I suspect the further you stray from the natural idea, the harder the code is to read, validate by eye and the more likely errors are to crop in. I'm don't know how subjective this is. I generally don't have a strong feeling about early returns it's just I have been noticing the slightly greater cognitive effort they are causing me compared to the logical chunking that nested-ifs provide.

[+] davemp|6 years ago|reply
`i > -1` isn't quite right. I'm not sure about how C# does implicit casting, but arrays should be indexed by `usize` and comparing signed w/ unsigned is a bug waiting to happen or UB in other languages.
[+] mtVessel|6 years ago|reply
The difference is that the article is investigating using a property in the boundary check. The boundary check is evaluated with every iteration. Your example is only using it in the initialization expression which, by definition, is evaluated only once. This holds true for virtually any language with a for construct.
[+] laurent123456|6 years ago|reply
Saving the array length to a variable is one of those things that inexperienced programmers love to do, thinking it will optimise something.
[+] ajnin|6 years ago|reply
Avoiding doing unnecessary work is something all developers should strive to, experienced or not. Maybe in that case that won't make any difference. But, say, a method call in a loop often sould be done outside the loop. Doing it here but not there leads to inconsistent style. Also depending on the language and compiler that might actually make a difference sometimes. I'm not going to write code that assumes a certain interpreter/compiler behavior.
[+] vips7L|6 years ago|reply
It honestly depends on the compiler.
[+] patsplat|6 years ago|reply
Use Linq and forget about array length.

It's an interesting analysis and all, but why bother when the language has such an elegant collections API.

[+] gameswithgo|6 years ago|reply
Linq is orders of magnitude slower and allocates.
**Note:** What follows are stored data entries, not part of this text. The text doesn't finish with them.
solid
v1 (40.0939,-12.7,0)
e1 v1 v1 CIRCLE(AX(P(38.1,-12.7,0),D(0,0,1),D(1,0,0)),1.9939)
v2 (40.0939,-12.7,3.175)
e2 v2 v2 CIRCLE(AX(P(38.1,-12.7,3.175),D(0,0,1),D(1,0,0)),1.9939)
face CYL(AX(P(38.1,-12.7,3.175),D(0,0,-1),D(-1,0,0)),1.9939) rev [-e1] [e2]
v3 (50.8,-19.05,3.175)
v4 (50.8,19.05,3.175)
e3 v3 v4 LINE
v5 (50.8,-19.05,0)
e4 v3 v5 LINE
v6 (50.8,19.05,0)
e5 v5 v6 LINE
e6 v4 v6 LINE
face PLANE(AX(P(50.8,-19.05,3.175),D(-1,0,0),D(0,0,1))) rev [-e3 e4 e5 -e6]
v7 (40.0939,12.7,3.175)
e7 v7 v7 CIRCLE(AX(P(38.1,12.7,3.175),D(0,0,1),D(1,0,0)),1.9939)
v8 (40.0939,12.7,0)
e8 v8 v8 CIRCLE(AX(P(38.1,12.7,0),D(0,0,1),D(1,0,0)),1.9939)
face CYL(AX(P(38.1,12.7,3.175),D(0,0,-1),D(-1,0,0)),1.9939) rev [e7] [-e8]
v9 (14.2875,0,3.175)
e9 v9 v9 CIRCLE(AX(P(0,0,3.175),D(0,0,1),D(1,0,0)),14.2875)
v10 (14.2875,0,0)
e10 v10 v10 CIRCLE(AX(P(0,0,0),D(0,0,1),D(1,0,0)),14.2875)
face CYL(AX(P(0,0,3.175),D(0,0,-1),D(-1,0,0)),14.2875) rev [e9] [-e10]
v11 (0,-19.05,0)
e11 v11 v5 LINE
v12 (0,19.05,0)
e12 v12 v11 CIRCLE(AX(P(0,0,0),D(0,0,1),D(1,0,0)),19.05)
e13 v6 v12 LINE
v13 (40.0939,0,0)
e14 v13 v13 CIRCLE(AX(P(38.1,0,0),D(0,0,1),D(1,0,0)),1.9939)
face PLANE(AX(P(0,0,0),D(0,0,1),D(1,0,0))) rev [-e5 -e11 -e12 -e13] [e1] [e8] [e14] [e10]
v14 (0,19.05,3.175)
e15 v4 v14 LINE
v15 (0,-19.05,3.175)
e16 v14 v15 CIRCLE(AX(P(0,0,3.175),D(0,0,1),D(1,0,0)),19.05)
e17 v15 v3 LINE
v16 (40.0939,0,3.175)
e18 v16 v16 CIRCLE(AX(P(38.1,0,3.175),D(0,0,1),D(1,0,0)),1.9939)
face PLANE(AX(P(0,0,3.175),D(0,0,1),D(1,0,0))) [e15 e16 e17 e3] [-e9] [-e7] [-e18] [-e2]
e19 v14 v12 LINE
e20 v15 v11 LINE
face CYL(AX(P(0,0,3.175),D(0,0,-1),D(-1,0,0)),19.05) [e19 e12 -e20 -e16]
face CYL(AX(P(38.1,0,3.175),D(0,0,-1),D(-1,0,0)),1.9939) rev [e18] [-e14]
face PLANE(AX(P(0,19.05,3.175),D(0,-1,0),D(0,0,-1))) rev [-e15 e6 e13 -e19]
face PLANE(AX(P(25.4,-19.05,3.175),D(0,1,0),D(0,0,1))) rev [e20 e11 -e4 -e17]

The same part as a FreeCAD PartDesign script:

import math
import FreeCAD as App
import Part
import Sketcher

V = App.Vector
Q = App.Units.Quantity

doc = App.newDocument("Part")
body = doc.addObject("PartDesign::Body", "Body")

sketch1 = body.newObject("Sketcher::SketchObject", "Sketch")
sketch1.AttachmentSupport = (doc.getObject("XY_Plane"), [""])
sketch1.MapMode = "FlatFace"
sketch1.addGeometry([
    Part.LineSegment(V(50.8, 19.05, 0), V(0, 19.05, 0)),
    Part.ArcOfCircle(Part.Circle(V(0, 0, 0), V(0, 0, 1), 19.05), math.radians(90), math.radians(270)),
    Part.LineSegment(V(0, -19.05, 0), V(50.8, -19.05, 0)),
    Part.LineSegment(V(50.8, -19.05, 0), V(50.8, 19.05, 0)),
    Part.Circle(V(38.1, -12.7, 0), V(0, 0, 1), 1.9939),
    Part.Circle(V(38.1, 0, 0), V(0, 0, 1), 1.9939),
    Part.Circle(V(38.1, 12.7, 0), V(0, 0, 1), 1.9939),
    Part.Circle(V(0, 0, 0), V(0, 0, 1), 14.2875),
], False)
sketch1.addConstraint([
    Sketcher.Constraint("Tangent", 0, 2, 1, 1),
    Sketcher.Constraint("Tangent", 1, 2, 2, 1),
    Sketcher.Constraint("Coincident", 2, 2, 3, 1),
    Sketcher.Constraint("Coincident", 3, 2, 0, 1),
    Sketcher.Constraint("Horizontal", 0),
    Sketcher.Constraint("Horizontal", 2),
    Sketcher.Constraint("Vertical", 3),
    Sketcher.Constraint("Coincident", 1, 3, -1, 1),
    Sketcher.Constraint("Coincident", 7, 3, -1, 1),
    Sketcher.Constraint("Equal", 4, 5),
    Sketcher.Constraint("Equal", 5, 6),
    Sketcher.Constraint("Symmetric", 4, 3, 6, 3, -1),
    Sketcher.Constraint("PointOnObject", 5, 3, -1),
    Sketcher.Constraint("Vertical", 4, 3, 5, 3),
    Sketcher.Constraint("DistanceX", 0, 2, 0, 1, Q("2 in")),
    Sketcher.Constraint("Radius", 1, Q("0.75 in")),
    Sketcher.Constraint("Diameter", 4, Q("0.157 in")),
    Sketcher.Constraint("Diameter", 7, Q("1.125 in")),
    Sketcher.Constraint("DistanceY", 4, 3, 6, 3, Q("1 in")),
    Sketcher.Constraint("DistanceX", -1, 1, 4, 3, Q("1.5 in")),
])
pad1 = body.newObject("PartDesign::Pad", "Pad")
pad1.Profile = sketch1
pad1.Length = Q("0.125 in")

doc.recompute()
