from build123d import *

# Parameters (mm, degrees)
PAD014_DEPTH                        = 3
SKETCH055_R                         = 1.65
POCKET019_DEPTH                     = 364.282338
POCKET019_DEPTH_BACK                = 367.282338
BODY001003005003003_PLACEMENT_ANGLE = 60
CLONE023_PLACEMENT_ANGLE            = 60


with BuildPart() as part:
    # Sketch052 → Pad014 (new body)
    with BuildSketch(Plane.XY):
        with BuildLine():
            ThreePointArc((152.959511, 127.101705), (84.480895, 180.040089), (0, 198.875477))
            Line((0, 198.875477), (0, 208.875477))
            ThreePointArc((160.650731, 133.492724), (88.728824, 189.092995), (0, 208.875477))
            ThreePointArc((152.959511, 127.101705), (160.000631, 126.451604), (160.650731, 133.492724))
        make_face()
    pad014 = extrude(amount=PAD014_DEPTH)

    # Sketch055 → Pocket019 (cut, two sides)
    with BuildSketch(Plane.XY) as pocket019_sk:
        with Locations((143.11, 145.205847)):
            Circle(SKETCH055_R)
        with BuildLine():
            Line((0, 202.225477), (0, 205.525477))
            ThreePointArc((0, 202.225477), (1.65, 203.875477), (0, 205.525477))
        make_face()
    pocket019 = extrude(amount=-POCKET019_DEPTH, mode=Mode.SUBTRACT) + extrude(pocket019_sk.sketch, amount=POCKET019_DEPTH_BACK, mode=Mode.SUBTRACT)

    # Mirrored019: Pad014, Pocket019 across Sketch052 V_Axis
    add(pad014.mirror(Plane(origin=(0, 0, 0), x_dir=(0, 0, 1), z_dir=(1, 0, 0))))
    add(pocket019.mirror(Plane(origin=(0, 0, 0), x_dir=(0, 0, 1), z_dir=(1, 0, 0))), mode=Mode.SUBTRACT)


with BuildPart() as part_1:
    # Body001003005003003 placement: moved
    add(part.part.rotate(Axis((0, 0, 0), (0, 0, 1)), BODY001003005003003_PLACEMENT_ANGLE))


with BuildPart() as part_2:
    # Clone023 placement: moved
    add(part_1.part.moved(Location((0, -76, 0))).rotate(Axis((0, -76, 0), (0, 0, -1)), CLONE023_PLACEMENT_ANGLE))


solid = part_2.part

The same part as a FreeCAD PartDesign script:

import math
import FreeCAD as App
import Part
import Sketcher
Q = App.Units.Quantity

doc = App.newDocument("Part")
body = doc.addObject("PartDesign::Body", "Body")

sketch1 = doc.addObject("Sketcher::SketchObject", "Sketch")
body.addObject(sketch1)
sketch1.AttachmentSupport = (doc.XY_Plane, [""])
sketch1.MapMode = "FlatFace"
sketch1.addGeometry([
    Part.ArcOfCircle(Part.Circle(App.Vector(-0.000001, -0.000003, 0), App.Vector(0, 0, 1), 198.87548), math.radians(39.724887), math.radians(90)),
    Part.ArcOfCircle(Part.Circle(App.Vector(156.805121, 130.297214, 0), App.Vector(0, 0, 1), 5), math.radians(-140.275122), math.radians(39.724894)),
    Part.ArcOfCircle(Part.Circle(App.Vector(0.000001, 0.000004, 0), App.Vector(0, 0, 1), 208.875473), math.radians(39.724886), math.radians(90)),
    Part.LineSegment(App.Vector(0, 208.875477, 0), App.Vector(0, 198.875477, 0)),
], False)
sketch1.addConstraint([
    Sketcher.Constraint("Tangent", 0, 1, 1, 1),
    Sketcher.Constraint("Tangent", 1, 2, 2, 1),
    Sketcher.Constraint("Coincident", 2, 2, 3, 1),
    Sketcher.Constraint("Coincident", 3, 2, 0, 2),
    Sketcher.Constraint("Vertical", 3),
    Sketcher.Constraint("Coincident", 0, 3, -1, 1),
    Sketcher.Constraint("Coincident", 2, 3, -1, 1),
    Sketcher.Constraint("PointOnObject", 2, 2, -2),
    Sketcher.Constraint("Radius", 1, Q("5 mm")),
    Sketcher.Constraint("Radius", 0, Q("198.87548 mm")),
    Sketcher.Constraint("DistanceY", 2, 3, 0, 1, Q("127.101701 mm")),
])
pad1 = doc.addObject("PartDesign::Pad", "Pad")
body.addObject(pad1)
pad1.Profile = sketch1
pad1.Length = 3

sketch2 = doc.addObject("Sketcher::SketchObject", "Sketch001")
body.addObject(sketch2)
sketch2.AttachmentSupport = (doc.XY_Plane, [""])
sketch2.MapMode = "FlatFace"
sketch2.addGeometry([
    Part.Circle(App.Vector(143.11, 145.205847, 0), App.Vector(0, 0, 1), 1.65),
    Part.LineSegment(App.Vector(0, 205.525477, 0), App.Vector(0, 202.225477, 0)),
    Part.ArcOfCircle(Part.Circle(App.Vector(0, 203.875477, 0), App.Vector(0, 0, 1), 1.65), math.radians(-90), math.radians(90)),
], False)
sketch2.addConstraint([
    Sketcher.Constraint("Coincident", 1, 1, 2, 2),
    Sketcher.Constraint("Coincident", 2, 1, 1, 2),
    Sketcher.Constraint("Vertical", 1),
    Sketcher.Constraint("Equal", 0, 2),
    Sketcher.Constraint("PointOnObject", 2, 3, -2),
    Sketcher.Constraint("PointOnObject", 1, 1, -2),
    Sketcher.Constraint("Diameter", 0, Q("3.3 mm")),
    Sketcher.Constraint("DistanceX", -1, 1, 0, 3, Q("143.11 mm")),
    Sketcher.Constraint("DistanceY", 0, 3, 2, 3, Q("58.66963 mm")),
    Sketcher.Constraint("DistanceY", -1, 1, 0, 3, Q("145.205847 mm")),
])
pocket1 = doc.addObject("PartDesign::Pocket", "Pocket")
body.addObject(pocket1)
pocket1.Profile = sketch2
pocket1.Type = "ThroughAll"
pocket1.Midplane = True
doc.recompute()

mirrored = doc.addObject("PartDesign::Mirrored", "Mirrored")
body.addObject(mirrored)
mirrored.Originals = [pad1, pocket1]
mirrored.MirrorPlane = (doc.YZ_Plane, [""])
body.Tip = mirrored
body2 = doc.addObject("PartDesign::Body", "Body001")
doc.recompute()

body.Placement = App.Placement(App.Vector(0, 0, 0), App.Rotation(App.Vector(0, 0, 1), 60))
boolean = doc.addObject("PartDesign::Boolean", "Boolean")
body2.addObject(boolean)
boolean.Type = "Fuse"
boolean.addObjects([body])
body3 = doc.addObject("PartDesign::Body", "Body002")
doc.recompute()

body2.Placement = App.Placement(App.Vector(0, -76, 0), App.Rotation(App.Vector(0, 0, -1), 60))
boolean2 = doc.addObject("PartDesign::Boolean", "Boolean001")
body3.addObject(boolean2)
boolean2.Type = "Fuse"
boolean2.addObjects([body2])

doc.recompute()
It is not always an appropriate choice.
[+] coinerone|6 years ago|reply
At the university, every time i put the array length into a local variable for a loop, i got 2 points deduction on my Homework.
[+] jay_kyburz|6 years ago|reply
Ahh, nice to see some c# without a new line before the braces.
[+] thrower123|6 years ago|reply
That is probably my least favorite thing about C# coding. The preeminent style wastes so much vertical space. K&R braces for me.
[+] cutler|6 years ago|reply
Now if they would only drop Pascal case so that I can distinguish a method from a class I might give it a shot.
[+] germanlee|6 years ago|reply
If I remember correctly, the runtime keeps size of the array in the header of the object along with sync block, etc. If you have VS, you can view the object in memory to see the sync block value, array size value, etc.
[+] suff|6 years ago|reply
It is very possible the reason is not speed, but readability. If you simply named it 'length', then sure, there is no point. If it is given a better, more descriptive name, and then gets used in an equation elsewhere in the code, then it may be very useful because it is easier to read.
[+] JustSomeNobody|6 years ago|reply
something like:

    var widgetLength = widget.Length;

?
[+] l-|6 years ago|reply
TL;DR: Yes & use foreach rather than for to skip array bound checks.
[+] gameswithgo|6 years ago|reply
it will skip the array bounds check as long as myArray.Length is the terminal condition in the for loop, rather than a local variable with the length stored.
[+] yc12340|6 years ago|reply
It is odd, that C# needs foreach loop for bound check elimination.

Java supports this optimization for a wide range of loop types... since Java 7, I think. Normally I would argue, that Java is just ahead of curve, but Android has also gained supports for bounds check elimination in 2014-2015.

Either article does not tell us whole truth or Microsoft JIT is subpar by modern standards.

[+] vardump|6 years ago|reply
Yeah. A slight oops from CLR optimizer, but nothing serious. It seemed to miss a hoisting optimization opportunity in the foreach case.